もちろん私の作品は、織部釉を使用しているので、織部と名付けたいところなのですが、そんな流行りや、奇をてらった作品群とは一線を画したい、もっと存在感のある力強い作品を作りたい、織部という範疇では語れないような、さらには美濃という地域を超越した作品を作りたい、との思いから、緑釉と名付けて発表しました。

森羅

七:緑釉との出会いはいつ、何だったのでしょうか?

訓練校時代、京都国立近代美術館で見た岡部嶺男の織部の鉢との出会いです。その力強さ、存在感、何もかもが叩きつけるように私の中に入ってきて、その場から離れることができませんでした。京都から帰って、創作を始めたとき、最初に頭に浮かんだのがこの鉢でした。あんな雰囲気の作品を作りたい。そんな流れから織部釉の緑の模索が始りました。

七:大きな壁にぶつかったことはありますか?

壁は何度でもぶつかりましたし、今も大きな壁にぶつかっていて、それをなかなか超えられません。

私の作品は、基本的に緑釉を使用したものなのですが、いつも同じではなくいろいろな技法や表現方法で作風を変えてきました。最初は釉薬を塗り分けた二彩シリーズ、ベニヤ板を割って使用する櫛目のシリーズ、泥を勢いよく塗り付けた泥刷毛目のシリーズ、そして今は萌生のシリーズを続けています。

いつも次の展開を考える際が一番苦しい。新しい技法を思いついて展開し始めても、次はどうしようかといつも考えています。何かを思いついて始めてみても、そうそう簡単にはいかないものです。いくつか試みを繰り返してみるうち、そのうちの一つがなんとかものになってくるものです。

七:(Instagramを拝見しましたが)近年の作品は釉の雰囲気が少し変わった印象があります。

インスタはポートフォリオになれば良いかなと思って、過去の作品から現在の作品までをアップしています。

緑を中心に作品を展開していますが、個展で作品を並べる際、緑ばっかりになってしまうと面白くない。変化を加えたくて、少しですが、藍緑釉や灰釉、黄瀬戸などを加えています。

これからも緑釉が中心になると思いますが、サイドワークとしての釉薬の研究も続けなければならない必要性を強く感じています。もしかしたら緑釉を凌駕してしまうような、そんな存在感のある新しい仕事ができたら、という思いもあります。

七:作品のインスピレーションはどこから?

学生時代に美術館、博物館を廻っていろいろなものを見たことは、本当によい経験になったと思っています。昨年の個展で発表した青銅器のシリーズは、学生のときに京都の泉屋博古館で見たものからきています。

今でも、様々なな展覧会を見てヒントを貰っています。その他、今ではスマホで簡単に写真として残せるので、雑誌や新聞の写真、街中の広告とか、面白いなと思ったら、すぐに撮影して残しています。全て資料として保管しているのですが、これらをボーっと眺めていると、ひらめいてスケッチしてみるということをしています。

伝統工芸展について

七:伝統工芸展に出品するようになったのはいつごろ、またきっかけは何だったのでしょう。

初めての出品は確か28歳のころ、第38回展でした。父が大きく関わる展覧会でしたので、七光りといわれるのが嫌で出展を悩んでいた時期もあったのですが、自分の作る作品に合っているのは、やはり日本伝統工芸展かなという思いは強くありました。

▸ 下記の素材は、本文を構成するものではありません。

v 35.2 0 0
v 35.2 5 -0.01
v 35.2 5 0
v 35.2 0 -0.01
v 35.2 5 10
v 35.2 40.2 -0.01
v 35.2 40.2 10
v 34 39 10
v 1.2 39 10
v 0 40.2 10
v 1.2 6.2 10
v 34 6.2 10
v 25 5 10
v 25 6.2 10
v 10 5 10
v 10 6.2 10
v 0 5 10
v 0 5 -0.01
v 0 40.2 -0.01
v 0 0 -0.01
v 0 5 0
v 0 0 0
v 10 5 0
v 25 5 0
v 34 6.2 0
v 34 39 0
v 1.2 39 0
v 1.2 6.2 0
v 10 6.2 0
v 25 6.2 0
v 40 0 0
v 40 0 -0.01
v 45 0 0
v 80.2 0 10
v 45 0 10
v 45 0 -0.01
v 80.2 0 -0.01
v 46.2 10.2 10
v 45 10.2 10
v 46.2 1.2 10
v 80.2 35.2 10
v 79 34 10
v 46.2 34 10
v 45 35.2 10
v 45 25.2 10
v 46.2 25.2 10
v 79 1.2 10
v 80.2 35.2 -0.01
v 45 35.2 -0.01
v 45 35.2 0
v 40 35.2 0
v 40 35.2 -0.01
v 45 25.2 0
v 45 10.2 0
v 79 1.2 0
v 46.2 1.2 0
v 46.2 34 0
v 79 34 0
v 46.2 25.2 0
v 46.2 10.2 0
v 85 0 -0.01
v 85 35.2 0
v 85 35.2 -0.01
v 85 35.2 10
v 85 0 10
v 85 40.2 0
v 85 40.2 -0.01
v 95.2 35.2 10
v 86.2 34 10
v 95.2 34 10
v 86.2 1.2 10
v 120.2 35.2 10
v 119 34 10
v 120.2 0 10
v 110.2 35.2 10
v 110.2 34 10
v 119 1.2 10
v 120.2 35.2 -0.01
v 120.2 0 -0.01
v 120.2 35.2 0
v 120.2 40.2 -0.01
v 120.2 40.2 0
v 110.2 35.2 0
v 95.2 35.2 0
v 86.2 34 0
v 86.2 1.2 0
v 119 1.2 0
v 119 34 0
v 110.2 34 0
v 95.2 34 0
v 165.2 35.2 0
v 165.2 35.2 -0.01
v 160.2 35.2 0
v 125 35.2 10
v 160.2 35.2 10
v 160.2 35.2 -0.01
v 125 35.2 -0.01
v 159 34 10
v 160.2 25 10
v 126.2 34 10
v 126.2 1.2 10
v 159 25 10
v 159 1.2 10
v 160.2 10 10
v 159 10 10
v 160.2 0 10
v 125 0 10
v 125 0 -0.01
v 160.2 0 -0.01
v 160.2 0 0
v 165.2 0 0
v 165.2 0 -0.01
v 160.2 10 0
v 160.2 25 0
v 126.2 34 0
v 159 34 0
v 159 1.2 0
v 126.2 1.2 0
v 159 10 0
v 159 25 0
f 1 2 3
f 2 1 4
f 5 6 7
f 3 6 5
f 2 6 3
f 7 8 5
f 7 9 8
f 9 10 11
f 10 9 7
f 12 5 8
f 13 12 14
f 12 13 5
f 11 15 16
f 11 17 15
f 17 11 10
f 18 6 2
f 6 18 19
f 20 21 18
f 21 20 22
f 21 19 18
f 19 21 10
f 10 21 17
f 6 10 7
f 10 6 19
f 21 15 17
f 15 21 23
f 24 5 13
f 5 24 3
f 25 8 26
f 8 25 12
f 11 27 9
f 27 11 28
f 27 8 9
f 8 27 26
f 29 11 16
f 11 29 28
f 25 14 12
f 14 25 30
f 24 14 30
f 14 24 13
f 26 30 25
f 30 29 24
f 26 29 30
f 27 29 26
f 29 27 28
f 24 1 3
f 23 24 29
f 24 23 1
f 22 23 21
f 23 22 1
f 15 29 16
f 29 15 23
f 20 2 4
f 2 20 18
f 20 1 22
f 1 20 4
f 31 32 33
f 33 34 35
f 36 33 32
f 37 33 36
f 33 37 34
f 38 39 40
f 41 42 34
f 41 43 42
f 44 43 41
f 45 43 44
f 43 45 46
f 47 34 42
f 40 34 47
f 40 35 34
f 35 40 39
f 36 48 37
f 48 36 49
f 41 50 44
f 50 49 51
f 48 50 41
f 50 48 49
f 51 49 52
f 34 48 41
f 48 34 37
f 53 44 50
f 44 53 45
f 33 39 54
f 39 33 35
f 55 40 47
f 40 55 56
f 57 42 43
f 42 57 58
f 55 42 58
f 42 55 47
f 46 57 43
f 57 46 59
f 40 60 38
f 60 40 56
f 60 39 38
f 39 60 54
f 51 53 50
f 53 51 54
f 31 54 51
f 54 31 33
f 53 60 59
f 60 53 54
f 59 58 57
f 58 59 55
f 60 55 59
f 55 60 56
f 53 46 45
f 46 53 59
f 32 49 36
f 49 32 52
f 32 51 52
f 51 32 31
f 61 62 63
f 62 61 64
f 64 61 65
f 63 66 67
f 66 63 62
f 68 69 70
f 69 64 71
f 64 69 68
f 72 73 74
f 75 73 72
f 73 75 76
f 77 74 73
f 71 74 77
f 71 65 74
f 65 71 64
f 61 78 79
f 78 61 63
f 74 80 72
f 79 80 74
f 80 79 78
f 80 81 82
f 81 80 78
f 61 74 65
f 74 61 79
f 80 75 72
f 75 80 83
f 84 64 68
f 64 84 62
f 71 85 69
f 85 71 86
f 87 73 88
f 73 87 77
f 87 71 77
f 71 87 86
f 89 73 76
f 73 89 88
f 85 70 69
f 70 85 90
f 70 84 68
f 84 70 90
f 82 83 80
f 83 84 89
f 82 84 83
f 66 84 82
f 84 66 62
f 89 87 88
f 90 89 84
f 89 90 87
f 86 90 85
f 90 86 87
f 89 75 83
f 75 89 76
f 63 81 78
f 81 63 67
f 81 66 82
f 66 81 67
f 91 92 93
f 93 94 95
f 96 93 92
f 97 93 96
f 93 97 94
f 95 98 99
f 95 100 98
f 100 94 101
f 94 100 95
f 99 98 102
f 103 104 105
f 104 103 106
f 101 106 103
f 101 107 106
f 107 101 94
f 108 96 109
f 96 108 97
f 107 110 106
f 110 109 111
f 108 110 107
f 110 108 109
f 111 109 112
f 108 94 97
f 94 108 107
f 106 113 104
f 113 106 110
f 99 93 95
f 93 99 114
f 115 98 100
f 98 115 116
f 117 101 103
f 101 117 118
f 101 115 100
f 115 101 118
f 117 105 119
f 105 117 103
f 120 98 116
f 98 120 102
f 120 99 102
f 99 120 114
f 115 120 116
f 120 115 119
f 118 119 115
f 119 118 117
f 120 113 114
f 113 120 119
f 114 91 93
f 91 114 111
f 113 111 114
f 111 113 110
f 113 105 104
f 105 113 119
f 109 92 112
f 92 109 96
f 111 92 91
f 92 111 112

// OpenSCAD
// file: ../../Base/Boxes.scad
// Fischertechnik Box Foundation
// Pre-designed Boxes

use <Constants.scad>

include <PlacementOptions.scad>

box190Width = 190;
box190Depth = 130;
box130Width = 130;
box130Depth = 95;
boxUsageHeight = 33.9;
boxWallThickness = 2.4;
boxBaseThickness = 1.0;

// getBoxWallThickness()
// Gets the wall thickness of a Fischertechnik Box

function getBoxWallThickness() = boxWallThickness;

// Gets the usable height of a fischertechnik box
function getBoxUsageHeight() = boxUsageHeight;

// Gets the thickness of the Fischertechnik box base.
function getBoxBaseThickness() = boxBaseThickness;

// Gets the usable inner space of a Box 190 as an x/y-list
function getBox190Space() = [
    box190Width - 2*getBoxWallThickness(), 
    box190Depth - 2*getBoxWallThickness() ];

// Imports the Fischertechnik empty box 130x190 mm and places it at position 0,0
// 190x130 are the outer sizes, the inner space is slightly smaller. Use getBox190Space() to get the inner sizes.
// This module needs the STL file "Fischertechnik Box 130x190.stl" in the library path.
// The box is positioned that the usable inner space is at the 0,0,0 position. The

module Box190() {
    translate([-getBoxWallThickness(),-getBoxWallThickness(),-getBoxBaseThickness()])
        import("Fischertechnik Box 130x190.stl", convexity=3);
}

// Gets the usable inner space of a Box 130 as an x/y-list
function getBox130Space() = [
    box130Width - 2*getBoxWallThickness(), 
    box130Depth - 2*getBoxWallThickness() ];

// Imports the Fischertechnik empty box 95x130 mm and places it at position 0,0
// 190x130 are the outer sizes, the inner space is slightly smaller. Use getBox190Space() to get the inner sizes.
// This module needs the STL file "Fischertechnik Box 95x130.stl" in the library path.
// The box is positioned that the usable inner space is at the 0,0,0 position. The

module Box130() {
    translate([-getBoxWallThickness(),-getBoxWallThickness(),-getBoxBaseThickness()])
        import("Fischertechnik Box 95x130.stl", convexity=3);
}

// Creates a web at the specified box walls
// corner 0 = LowerLeft, 1 = UpperLeft, 2 = UpperRight, 3 = LowerRight
// side 0 = LeftOfCorner, 1 = RightOfCorner
// distance = Distance in mm from the corner
// box = inner width and depth of the box (default: Box 190)
// webWidth = length of the web (default is 3 mms)
// webThickness = thickness of the web (default is 1 mm)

七:伝統工芸展では、例年素晴らしい実績を残しておられます。公募展に出品し続けることについてどのようにお考えですか?

伝統工芸展は、例年7月の中旬が締切なのですが、その搬入を終えた時から、来年はどうしようかと考えています。出品を始めてもうすぐ30年になりますが、このように自分を追い込まなければいけない機会があるから、少しずつではあるけれども作家として成長してくることができたと思っています。

そして、同じく出品を続ける全国の仲間に巡り合えたこと、同じように入選、受賞を目指す仲間の存在、これほどモチベーションを高めてくれるものはありません。まさに切磋琢磨。ここに所属する仲間が皆同じことを考えていると思います。なかなか自分だけでは追い込めないし、皆と喜びを分かち合えることもない。出品し続けることの意義はそこにあると思います。

七:公募展に出品し始めた頃と現在とでは、どんな変化がありましたか?

出品し始めた頃は何もかもが新鮮でした。展覧会会場に行けば雑誌などで知っている作家の人たちが居て、こうした先輩たちと触れ合えることがとにかく嬉しかったし、楽しかった。また、自分の作品が図録に載ったことも嬉しかったです。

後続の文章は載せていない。